__threadfence() and L1 cache coherence

Question

It is my understanding (see e.g. How can I enforce CUDA global memory coherence without declaring pointer as volatile?, CUDA block synchronization differences between GTS 250 and Fermi devices and this post in the nvidia Developer Zone) that __threadfence() guarantees that a global writes will be visible to other threads before the thread continues. However, another thread could still read a stale value from its L1 cache even after the __threadfence() has returned.

That is:

Thread A writes some data to global memory, then calls __threadfence(). Then, at some time after __threadfence() has returned, and the writes are visible to all other threads, Thread B is asked to read from this memory location. It finds it has the data in L1, so loads that. Unfortunately for the developer, the data in Thread B's L1 is stale (i.e. it is as before Thread A updated this data).

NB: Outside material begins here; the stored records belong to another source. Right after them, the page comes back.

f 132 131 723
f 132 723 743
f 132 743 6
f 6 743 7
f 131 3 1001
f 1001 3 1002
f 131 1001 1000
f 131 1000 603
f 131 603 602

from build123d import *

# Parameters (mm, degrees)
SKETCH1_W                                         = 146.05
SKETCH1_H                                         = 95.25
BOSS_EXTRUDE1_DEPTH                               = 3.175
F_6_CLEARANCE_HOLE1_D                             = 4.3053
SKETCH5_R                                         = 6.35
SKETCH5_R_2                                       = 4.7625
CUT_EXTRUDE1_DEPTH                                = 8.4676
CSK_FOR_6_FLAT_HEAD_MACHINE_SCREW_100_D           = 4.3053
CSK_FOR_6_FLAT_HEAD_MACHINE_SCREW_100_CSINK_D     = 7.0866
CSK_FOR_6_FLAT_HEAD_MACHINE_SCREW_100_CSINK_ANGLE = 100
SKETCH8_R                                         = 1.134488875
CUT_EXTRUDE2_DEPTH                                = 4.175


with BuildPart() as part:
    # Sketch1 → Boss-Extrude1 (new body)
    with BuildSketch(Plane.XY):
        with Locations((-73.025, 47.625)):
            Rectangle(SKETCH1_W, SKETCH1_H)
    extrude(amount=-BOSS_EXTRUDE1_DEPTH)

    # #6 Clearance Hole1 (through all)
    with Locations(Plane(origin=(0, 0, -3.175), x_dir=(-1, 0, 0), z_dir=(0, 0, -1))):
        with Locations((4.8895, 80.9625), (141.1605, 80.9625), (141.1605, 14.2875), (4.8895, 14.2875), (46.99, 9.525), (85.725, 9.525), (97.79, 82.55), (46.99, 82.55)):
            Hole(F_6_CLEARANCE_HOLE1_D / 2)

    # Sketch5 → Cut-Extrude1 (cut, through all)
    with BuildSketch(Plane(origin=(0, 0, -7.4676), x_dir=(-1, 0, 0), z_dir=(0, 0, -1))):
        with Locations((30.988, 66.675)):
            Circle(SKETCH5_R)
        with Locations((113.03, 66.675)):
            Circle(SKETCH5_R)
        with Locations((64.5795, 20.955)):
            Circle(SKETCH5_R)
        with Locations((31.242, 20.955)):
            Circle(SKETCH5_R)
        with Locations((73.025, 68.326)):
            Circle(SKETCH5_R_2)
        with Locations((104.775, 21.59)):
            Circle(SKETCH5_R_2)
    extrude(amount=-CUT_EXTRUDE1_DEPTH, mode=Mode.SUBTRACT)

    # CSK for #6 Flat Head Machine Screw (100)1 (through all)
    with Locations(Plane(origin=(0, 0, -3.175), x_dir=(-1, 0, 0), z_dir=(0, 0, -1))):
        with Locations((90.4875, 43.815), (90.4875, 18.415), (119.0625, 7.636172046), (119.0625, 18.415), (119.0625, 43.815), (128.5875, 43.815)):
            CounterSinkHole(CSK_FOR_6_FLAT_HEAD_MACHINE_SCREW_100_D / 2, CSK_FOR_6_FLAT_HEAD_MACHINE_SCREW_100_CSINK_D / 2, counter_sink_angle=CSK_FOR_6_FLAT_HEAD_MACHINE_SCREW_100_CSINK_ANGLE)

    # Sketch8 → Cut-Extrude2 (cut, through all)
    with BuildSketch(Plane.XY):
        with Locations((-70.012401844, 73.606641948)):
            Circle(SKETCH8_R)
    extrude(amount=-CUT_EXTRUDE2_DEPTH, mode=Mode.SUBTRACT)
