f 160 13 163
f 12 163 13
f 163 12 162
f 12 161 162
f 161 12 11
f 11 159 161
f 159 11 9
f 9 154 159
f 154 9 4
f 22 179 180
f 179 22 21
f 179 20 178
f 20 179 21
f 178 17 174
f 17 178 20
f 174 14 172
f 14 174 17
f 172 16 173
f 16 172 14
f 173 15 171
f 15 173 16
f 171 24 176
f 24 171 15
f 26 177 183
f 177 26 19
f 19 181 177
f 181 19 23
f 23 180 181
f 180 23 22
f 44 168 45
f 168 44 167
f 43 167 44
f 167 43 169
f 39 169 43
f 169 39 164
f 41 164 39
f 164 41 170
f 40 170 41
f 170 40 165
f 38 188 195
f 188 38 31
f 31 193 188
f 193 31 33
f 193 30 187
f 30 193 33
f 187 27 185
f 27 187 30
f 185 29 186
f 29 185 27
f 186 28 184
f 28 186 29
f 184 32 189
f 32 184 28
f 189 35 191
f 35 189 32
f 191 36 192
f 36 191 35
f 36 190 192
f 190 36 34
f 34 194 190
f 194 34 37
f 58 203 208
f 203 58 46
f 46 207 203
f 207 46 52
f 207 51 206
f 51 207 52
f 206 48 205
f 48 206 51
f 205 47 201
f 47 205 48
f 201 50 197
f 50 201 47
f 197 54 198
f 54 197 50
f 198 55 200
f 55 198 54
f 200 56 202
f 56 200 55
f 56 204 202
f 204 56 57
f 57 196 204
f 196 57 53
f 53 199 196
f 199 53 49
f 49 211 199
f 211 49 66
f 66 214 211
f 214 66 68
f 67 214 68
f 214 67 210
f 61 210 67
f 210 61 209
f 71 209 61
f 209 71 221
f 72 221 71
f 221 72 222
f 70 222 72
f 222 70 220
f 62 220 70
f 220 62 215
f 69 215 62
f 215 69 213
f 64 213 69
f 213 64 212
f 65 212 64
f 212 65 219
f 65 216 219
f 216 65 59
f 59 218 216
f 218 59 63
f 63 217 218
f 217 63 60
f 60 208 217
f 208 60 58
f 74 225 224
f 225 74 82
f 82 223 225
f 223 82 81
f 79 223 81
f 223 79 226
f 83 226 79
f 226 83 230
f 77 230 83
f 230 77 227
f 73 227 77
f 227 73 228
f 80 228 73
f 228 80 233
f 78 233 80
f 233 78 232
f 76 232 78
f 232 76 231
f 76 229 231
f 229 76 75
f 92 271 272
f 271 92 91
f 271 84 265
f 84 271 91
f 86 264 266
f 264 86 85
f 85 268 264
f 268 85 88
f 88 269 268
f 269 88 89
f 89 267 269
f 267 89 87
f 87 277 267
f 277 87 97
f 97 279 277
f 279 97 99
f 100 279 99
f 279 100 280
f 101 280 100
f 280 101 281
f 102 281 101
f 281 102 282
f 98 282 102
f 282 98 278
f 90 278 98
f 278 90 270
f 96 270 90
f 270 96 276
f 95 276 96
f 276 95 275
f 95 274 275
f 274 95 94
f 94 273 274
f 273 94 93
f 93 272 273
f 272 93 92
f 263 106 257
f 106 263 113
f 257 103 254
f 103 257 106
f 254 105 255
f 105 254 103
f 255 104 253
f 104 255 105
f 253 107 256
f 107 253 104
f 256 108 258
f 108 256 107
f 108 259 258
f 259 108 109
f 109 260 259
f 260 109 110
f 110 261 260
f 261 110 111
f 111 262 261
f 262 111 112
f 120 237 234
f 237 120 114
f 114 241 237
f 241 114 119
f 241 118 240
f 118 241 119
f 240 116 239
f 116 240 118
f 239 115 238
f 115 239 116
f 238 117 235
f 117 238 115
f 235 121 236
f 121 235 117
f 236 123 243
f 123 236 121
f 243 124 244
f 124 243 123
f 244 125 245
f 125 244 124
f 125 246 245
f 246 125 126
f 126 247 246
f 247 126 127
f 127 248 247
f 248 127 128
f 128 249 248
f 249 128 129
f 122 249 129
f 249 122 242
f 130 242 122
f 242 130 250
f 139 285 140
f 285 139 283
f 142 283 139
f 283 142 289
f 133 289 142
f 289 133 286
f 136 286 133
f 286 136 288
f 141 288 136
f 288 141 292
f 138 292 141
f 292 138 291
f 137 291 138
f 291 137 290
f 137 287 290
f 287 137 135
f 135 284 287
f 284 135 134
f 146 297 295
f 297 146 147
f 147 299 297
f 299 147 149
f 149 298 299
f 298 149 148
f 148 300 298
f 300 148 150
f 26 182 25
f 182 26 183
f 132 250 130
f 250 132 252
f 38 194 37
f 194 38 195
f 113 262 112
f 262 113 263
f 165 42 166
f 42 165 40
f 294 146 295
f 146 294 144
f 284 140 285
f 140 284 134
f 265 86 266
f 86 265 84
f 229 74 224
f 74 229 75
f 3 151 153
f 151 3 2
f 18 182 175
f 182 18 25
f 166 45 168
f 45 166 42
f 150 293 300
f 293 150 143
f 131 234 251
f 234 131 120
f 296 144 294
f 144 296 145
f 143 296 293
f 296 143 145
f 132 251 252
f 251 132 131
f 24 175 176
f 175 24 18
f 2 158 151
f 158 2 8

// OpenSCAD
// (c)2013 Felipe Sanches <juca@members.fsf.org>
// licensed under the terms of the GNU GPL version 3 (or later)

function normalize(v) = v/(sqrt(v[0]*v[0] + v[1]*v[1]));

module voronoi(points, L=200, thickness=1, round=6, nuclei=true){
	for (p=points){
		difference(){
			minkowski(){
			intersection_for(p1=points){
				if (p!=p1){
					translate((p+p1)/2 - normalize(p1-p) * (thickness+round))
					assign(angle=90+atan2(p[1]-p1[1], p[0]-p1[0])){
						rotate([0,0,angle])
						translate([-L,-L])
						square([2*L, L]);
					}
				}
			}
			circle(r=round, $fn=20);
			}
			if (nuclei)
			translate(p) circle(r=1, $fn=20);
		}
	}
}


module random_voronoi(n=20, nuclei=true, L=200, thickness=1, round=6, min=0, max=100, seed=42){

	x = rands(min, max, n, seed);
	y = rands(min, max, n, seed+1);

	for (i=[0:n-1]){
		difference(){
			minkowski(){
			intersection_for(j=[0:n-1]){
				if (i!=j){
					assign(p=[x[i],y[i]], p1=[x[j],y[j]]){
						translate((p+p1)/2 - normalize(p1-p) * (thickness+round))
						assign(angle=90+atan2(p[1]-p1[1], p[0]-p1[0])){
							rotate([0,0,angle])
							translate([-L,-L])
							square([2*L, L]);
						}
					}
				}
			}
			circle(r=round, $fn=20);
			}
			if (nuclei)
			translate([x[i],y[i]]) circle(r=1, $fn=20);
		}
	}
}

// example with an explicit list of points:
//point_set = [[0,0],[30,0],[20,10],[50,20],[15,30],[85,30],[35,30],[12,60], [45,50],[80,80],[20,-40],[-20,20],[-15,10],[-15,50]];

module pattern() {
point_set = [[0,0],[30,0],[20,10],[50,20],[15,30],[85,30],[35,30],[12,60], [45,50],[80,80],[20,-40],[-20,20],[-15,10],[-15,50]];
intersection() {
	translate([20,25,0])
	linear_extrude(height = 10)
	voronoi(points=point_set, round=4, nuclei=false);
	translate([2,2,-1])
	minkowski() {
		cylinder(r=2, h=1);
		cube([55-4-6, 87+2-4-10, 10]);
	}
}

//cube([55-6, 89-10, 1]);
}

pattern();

First of all: is this correct?

Supposing it is, then it seems to me that __threadfence() is only useful if either one can be certain that data will not be in L1 (somewhat unlikely?) or if e.g. the read always bypasses L1 (e.g. volatile or atomics). Is this correct?

I ask because I have a relatively simple use-case - propagating data up a binary tree - using atomically-set flags and __threadfence(): the first thread to reach a node exits, and the second writes data to it based on its two children (e.g. the minimum of their data). This works for most nodes, but usually fails for at least one. Declaring the data volatile gives consistently correct results, but induces a performance hit for the 99%+ of cases where no stale value is grabbed from L1. I want to be sure this is the only solution for this algorithm. A simplified example is given below. Note that the node array is ordered breadth-first, with the leaves beginning at index start and already populated with data.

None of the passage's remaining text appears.